DESCRIPTION OF THE TASK
Line by line, retype the whole listing exactly.

Top of LISTED RECORDS

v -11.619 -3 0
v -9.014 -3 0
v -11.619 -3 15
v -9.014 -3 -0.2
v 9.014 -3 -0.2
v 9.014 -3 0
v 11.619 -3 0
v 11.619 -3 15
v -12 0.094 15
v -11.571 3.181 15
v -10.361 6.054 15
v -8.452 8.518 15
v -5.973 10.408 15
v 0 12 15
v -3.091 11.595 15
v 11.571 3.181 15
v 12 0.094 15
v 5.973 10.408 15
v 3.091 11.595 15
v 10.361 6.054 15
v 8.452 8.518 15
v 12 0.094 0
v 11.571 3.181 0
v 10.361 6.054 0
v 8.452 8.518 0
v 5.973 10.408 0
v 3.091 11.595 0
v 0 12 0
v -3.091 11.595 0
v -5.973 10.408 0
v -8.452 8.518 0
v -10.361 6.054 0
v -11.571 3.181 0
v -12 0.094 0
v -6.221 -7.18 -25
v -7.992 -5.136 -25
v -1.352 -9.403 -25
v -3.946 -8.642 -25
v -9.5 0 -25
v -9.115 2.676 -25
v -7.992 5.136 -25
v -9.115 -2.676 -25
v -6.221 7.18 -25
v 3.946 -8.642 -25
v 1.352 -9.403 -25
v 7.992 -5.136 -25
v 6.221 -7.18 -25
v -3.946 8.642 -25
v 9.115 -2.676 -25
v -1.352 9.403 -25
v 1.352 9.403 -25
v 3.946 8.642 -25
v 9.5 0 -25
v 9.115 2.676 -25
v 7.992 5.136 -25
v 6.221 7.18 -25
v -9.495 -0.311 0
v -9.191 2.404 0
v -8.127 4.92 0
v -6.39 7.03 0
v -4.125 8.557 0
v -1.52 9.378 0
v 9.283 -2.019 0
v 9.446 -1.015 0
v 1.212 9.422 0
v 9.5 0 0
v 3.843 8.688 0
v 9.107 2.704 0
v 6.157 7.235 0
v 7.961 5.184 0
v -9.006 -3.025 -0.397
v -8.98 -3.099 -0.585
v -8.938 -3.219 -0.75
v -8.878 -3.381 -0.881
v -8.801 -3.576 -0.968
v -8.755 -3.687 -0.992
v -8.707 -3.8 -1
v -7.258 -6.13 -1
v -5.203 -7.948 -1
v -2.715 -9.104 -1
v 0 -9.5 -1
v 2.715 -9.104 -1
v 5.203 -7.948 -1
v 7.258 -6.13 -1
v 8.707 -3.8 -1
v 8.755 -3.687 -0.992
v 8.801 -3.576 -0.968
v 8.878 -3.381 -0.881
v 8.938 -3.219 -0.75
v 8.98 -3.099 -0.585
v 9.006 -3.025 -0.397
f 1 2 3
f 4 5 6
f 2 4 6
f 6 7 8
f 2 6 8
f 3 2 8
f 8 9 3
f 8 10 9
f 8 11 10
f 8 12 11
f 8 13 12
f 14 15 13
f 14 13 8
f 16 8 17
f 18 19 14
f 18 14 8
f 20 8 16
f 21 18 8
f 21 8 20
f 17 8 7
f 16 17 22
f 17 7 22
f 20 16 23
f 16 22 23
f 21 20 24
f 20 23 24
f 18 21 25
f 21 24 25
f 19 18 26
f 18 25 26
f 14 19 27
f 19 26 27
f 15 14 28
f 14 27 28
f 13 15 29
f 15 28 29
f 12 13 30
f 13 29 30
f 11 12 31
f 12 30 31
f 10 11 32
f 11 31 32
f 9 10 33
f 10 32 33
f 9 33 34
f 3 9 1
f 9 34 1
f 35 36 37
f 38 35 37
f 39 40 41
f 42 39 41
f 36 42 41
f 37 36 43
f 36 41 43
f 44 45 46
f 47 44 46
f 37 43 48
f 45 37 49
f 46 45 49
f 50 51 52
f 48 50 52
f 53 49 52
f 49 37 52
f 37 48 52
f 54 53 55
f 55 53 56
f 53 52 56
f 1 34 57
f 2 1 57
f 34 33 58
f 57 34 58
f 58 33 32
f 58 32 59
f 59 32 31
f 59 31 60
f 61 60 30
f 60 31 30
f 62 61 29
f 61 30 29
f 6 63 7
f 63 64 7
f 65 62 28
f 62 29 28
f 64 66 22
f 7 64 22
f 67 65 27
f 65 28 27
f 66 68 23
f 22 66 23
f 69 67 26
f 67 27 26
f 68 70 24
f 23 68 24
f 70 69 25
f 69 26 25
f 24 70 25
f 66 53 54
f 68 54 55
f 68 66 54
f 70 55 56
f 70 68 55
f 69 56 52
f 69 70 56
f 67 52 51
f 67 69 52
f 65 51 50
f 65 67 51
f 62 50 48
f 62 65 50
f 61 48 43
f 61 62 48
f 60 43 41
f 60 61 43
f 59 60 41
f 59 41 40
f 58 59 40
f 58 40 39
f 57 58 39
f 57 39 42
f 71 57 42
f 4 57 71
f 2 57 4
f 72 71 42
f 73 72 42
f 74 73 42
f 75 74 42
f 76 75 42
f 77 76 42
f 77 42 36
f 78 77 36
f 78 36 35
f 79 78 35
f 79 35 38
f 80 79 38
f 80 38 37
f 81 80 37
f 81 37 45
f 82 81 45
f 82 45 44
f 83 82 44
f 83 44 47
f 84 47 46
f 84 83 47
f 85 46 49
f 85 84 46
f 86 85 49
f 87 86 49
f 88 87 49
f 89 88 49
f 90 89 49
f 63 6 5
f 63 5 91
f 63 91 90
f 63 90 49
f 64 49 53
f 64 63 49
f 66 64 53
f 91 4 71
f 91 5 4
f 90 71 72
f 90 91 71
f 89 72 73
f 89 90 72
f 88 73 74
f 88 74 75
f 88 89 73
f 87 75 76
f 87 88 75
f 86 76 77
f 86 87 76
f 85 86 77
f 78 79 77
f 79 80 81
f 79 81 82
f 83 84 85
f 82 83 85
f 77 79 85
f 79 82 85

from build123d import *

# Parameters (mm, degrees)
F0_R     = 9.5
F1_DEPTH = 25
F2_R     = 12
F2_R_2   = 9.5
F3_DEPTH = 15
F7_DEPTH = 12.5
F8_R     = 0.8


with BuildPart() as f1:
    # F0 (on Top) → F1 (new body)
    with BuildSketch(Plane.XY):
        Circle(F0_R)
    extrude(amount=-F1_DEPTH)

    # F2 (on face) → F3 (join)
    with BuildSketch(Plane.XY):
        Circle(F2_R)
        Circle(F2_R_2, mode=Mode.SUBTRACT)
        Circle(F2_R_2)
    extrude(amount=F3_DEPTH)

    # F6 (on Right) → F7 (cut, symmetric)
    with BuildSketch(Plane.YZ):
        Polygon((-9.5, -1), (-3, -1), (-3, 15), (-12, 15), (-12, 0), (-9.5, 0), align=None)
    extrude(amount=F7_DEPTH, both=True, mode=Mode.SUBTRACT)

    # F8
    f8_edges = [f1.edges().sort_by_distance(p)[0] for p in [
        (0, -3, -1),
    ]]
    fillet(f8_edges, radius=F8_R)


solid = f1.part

Bottom of LISTED RECORDS

RESPONSE TO THE EXERCISE
v -11.619 -3 0
v -9.014 -3 0
v -11.619 -3 15
v -9.014 -3 -0.2
v 9.014 -3 -0.2
v 9.014 -3 0
v 11.619 -3 0
v 11.619 -3 15
v -12 0.094 15
v -11.571 3.181 15
v -10.361 6.054 15
v -8.452 8.518 15
v -5.973 10.408 15
v 0 12 15
v -3.091 11.595 15
v 11.571 3.181 15
v 12 0.094 15
v 5.973 10.408 15
v 3.091 11.595 15
v 10.361 6.054 15
v 8.452 8.518 15
v 12 0.094 0
v 11.571 3.181 0
v 10.361 6.054 0
v 8.452 8.518 0
v 5.973 10.408 0
v 3.091 11.595 0
v 0 12 0
v -3.091 11.595 0
v -5.973 10.408 0
v -8.452 8.518 0
v -10.361 6.054 0
v -11.571 3.181 0
v -12 0.094 0
v -6.221 -7.18 -25
v -7.992 -5.136 -25
v -1.352 -9.403 -25
v -3.946 -8.642 -25
v -9.5 0 -25
v -9.115 2.676 -25
v -7.992 5.136 -25
v -9.115 -2.676 -25
v -6.221 7.18 -25
v 3.946 -8.642 -25
v 1.352 -9.403 -25
v 7.992 -5.136 -25
v 6.221 -7.18 -25
v -3.946 8.642 -25
v 9.115 -2.676 -25
v -1.352 9.403 -25
v 1.352 9.403 -25
v 3.946 8.642 -25
v 9.5 0 -25
v 9.115 2.676 -25
v 7.992 5.136 -25
v 6.221 7.18 -25
v -9.495 -0.311 0
v -9.191 2.404 0
v -8.127 4.92 0
v -6.39 7.03 0
v -4.125 8.557 0
v -1.52 9.378 0
v 9.283 -2.019 0
v 9.446 -1.015 0
v 1.212 9.422 0
v 9.5 0 0
v 3.843 8.688 0
v 9.107 2.704 0
v 6.157 7.235 0
v 7.961 5.184 0
v -9.006 -3.025 -0.397
v -8.98 -3.099 -0.585
v -8.938 -3.219 -0.75
v -8.878 -3.381 -0.881
v -8.801 -3.576 -0.968
v -8.755 -3.687 -0.992
v -8.707 -3.8 -1
v -7.258 -6.13 -1
v -5.203 -7.948 -1
v -2.715 -9.104 -1
v 0 -9.5 -1
v 2.715 -9.104 -1
v 5.203 -7.948 -1
v 7.258 -6.13 -1
v 8.707 -3.8 -1
v 8.755 -3.687 -0.992
v 8.801 -3.576 -0.968
v 8.878 -3.381 -0.881
v 8.938 -3.219 -0.75
v 8.98 -3.099 -0.585
v 9.006 -3.025 -0.397
f 1 2 3
f 4 5 6
f 2 4 6
f 6 7 8
f 2 6 8
f 3 2 8
f 8 9 3
f 8 10 9
f 8 11 10
f 8 12 11
f 8 13 12
f 14 15 13
f 14 13 8
f 16 8 17
f 18 19 14
f 18 14 8
f 20 8 16
f 21 18 8
f 21 8 20
f 17 8 7
f 16 17 22
f 17 7 22
f 20 16 23
f 16 22 23
f 21 20 24
f 20 23 24
f 18 21 25
f 21 24 25
f 19 18 26
f 18 25 26
f 14 19 27
f 19 26 27
f 15 14 28
f 14 27 28
f 13 15 29
f 15 28 29
f 12 13 30
f 13 29 30
f 11 12 31
f 12 30 31
f 10 11 32
f 11 31 32
f 9 10 33
f 10 32 33
f 9 33 34
f 3 9 1
f 9 34 1
f 35 36 37
f 38 35 37
f 39 40 41
f 42 39 41
f 36 42 41
f 37 36 43
f 36 41 43
f 44 45 46
f 47 44 46
f 37 43 48
f 45 37 49
f 46 45 49
f 50 51 52
f 48 50 52
f 53 49 52
f 49 37 52
f 37 48 52
f 54 53 55
f 55 53 56
f 53 52 56
f 1 34 57
f 2 1 57
f 34 33 58
f 57 34 58
f 58 33 32
f 58 32 59
f 59 32 31
f 59 31 60
f 61 60 30
f 60 31 30
f 62 61 29
f 61 30 29
f 6 63 7
f 63 64 7
f 65 62 28
f 62 29 28
f 64 66 22
f 7 64 22
f 67 65 27
f 65 28 27
f 66 68 23
f 22 66 23
f 69 67 26
f 67 27 26
f 68 70 24
f 23 68 24
f 70 69 25
f 69 26 25
f 24 70 25
f 66 53 54
f 68 54 55
f 68 66 54
f 70 55 56
f 70 68 55
f 69 56 52
f 69 70 56
f 67 52 51
f 67 69 52
f 65 51 50
f 65 67 51
f 62 50 48
f 62 65 50
f 61 48 43
f 61 62 48
f 60 43 41
f 60 61 43
f 59 60 41
f 59 41 40
f 58 59 40
f 58 40 39
f 57 58 39
f 57 39 42
f 71 57 42
f 4 57 71
f 2 57 4
f 72 71 42
f 73 72 42
f 74 73 42
f 75 74 42
f 76 75 42
f 77 76 42
f 77 42 36
f 78 77 36
f 78 36 35
f 79 78 35
f 79 35 38
f 80 79 38
f 80 38 37
f 81 80 37
f 81 37 45
f 82 81 45
f 82 45 44
f 83 82 44
f 83 44 47
f 84 47 46
f 84 83 47
f 85 46 49
f 85 84 46
f 86 85 49
f 87 86 49
f 88 87 49
f 89 88 49
f 90 89 49
f 63 6 5
f 63 5 91
f 63 91 90
f 63 90 49
f 64 49 53
f 64 63 49
f 66 64 53
f 91 4 71
f 91 5 4
f 90 71 72
f 90 91 71
f 89 72 73
f 89 90 72
f 88 73 74
f 88 74 75
f 88 89 73
f 87 75 76
f 87 88 75
f 86 76 77
f 86 87 76
f 85 86 77
f 78 79 77
f 79 80 81
f 79 81 82
f 83 84 85
f 82 83 85
f 77 79 85
f 79 82 85

from build123d import *

# Parameters (mm, degrees)
F0_R     = 9.5
F1_DEPTH = 25
F2_R     = 12
F2_R_2   = 9.5
F3_DEPTH = 15
F7_DEPTH = 12.5
F8_R     = 0.8


with BuildPart() as f1:
    # F0 (on Top) → F1 (new body)
    with BuildSketch(Plane.XY):
        Circle(F0_R)
    extrude(amount=-F1_DEPTH)

    # F2 (on face) → F3 (join)
    with BuildSketch(Plane.XY):
        Circle(F2_R)
        Circle(F2_R_2, mode=Mode.SUBTRACT)
        Circle(F2_R_2)
    extrude(amount=F3_DEPTH)

    # F6 (on Right) → F7 (cut, symmetric)
    with BuildSketch(Plane.YZ):
        Polygon((-9.5, -1), (-3, -1), (-3, 15), (-12, 15), (-12, 0), (-9.5, 0), align=None)
    extrude(amount=F7_DEPTH, both=True, mode=Mode.SUBTRACT)

    # F8
    f8_edges = [f1.edges().sort_by_distance(p)[0] for p in [
        (0, -3, -1),
    ]]
    fillet(f8_edges, radius=F8_R)


solid = f1.part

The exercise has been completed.